‘Cause of death?’ Rory asked tentatively.
‘You’re kidding?’ The look Rose gave him told him he shouldn’t have bothered asking.
Without warning, Francis plunged through the mud towards the river bank. Rory and Rose watched him, puzzled.
‘Get the hell away and stop taking pictures,’ shouted Francis.
Rory looked to the bank in the direction the boss was running.
Tom Fitz was standing between two trees, his camera raised in front of his face.
Rory looked round and spotted a uniformed PC. ‘Go and escort that man far enough away that he can’t take any more pictures.’
‘Yes, sir.’
Fitz was already backing away, but not before he’d taken a number of candid shots of Francis struggling through the mud.
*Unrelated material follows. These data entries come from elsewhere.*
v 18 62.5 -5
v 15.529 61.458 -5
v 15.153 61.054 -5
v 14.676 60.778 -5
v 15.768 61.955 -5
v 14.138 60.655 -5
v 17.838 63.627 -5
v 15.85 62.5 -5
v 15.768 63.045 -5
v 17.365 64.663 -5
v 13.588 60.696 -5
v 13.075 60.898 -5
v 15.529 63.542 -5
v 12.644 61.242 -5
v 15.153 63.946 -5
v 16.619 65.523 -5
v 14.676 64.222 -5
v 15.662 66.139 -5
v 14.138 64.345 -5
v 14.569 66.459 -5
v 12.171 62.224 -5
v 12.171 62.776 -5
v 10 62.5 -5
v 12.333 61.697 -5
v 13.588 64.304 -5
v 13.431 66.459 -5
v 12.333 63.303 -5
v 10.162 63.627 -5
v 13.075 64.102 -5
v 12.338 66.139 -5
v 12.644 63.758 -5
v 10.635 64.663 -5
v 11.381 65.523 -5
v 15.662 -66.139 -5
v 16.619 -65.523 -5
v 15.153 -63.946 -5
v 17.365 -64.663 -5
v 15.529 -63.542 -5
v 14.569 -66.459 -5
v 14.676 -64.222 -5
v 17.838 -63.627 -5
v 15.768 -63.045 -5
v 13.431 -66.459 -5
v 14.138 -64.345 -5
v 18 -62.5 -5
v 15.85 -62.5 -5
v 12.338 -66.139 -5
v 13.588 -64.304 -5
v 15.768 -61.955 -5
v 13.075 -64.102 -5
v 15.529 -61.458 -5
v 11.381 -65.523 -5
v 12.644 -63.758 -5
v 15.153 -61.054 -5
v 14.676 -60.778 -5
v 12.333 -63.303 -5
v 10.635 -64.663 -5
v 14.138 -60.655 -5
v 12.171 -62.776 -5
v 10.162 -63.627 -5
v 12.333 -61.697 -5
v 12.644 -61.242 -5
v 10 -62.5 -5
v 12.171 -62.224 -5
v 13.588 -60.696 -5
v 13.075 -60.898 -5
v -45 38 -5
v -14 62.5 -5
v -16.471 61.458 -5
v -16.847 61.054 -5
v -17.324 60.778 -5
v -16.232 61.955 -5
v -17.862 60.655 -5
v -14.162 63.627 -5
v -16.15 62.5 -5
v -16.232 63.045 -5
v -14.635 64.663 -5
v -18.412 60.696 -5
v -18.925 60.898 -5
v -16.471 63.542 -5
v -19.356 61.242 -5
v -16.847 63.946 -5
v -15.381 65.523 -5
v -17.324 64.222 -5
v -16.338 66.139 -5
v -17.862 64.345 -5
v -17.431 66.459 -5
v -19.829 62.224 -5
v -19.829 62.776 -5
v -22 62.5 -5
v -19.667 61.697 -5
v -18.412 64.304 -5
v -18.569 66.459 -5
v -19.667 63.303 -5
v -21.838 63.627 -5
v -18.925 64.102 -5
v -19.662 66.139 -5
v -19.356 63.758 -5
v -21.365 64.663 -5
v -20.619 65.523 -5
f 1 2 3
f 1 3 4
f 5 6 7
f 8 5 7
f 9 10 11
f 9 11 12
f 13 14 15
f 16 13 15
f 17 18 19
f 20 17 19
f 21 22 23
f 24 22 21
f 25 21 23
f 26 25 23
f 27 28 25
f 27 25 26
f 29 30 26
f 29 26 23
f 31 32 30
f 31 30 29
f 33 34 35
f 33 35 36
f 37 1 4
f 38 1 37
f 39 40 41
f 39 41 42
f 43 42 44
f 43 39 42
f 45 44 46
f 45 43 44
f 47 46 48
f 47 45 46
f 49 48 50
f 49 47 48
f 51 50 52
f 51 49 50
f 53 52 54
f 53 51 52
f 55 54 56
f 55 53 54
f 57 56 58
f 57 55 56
The reporter held up a hand. ‘I’m going, I’m going. But just one question. How did the girls’ tattoos lead you to these bones?’
What the hell?
The boss’s reaction reflected Rory’s own disbelief – he clambered up the bank and gave chase, his face darkening with the exertion. Tom Fitz turned and ran through the trees, pursued by Francis and the uniformed PC. Francis’s fists were clenched and Rory knew exactly what would happen if he caught up with Fitz.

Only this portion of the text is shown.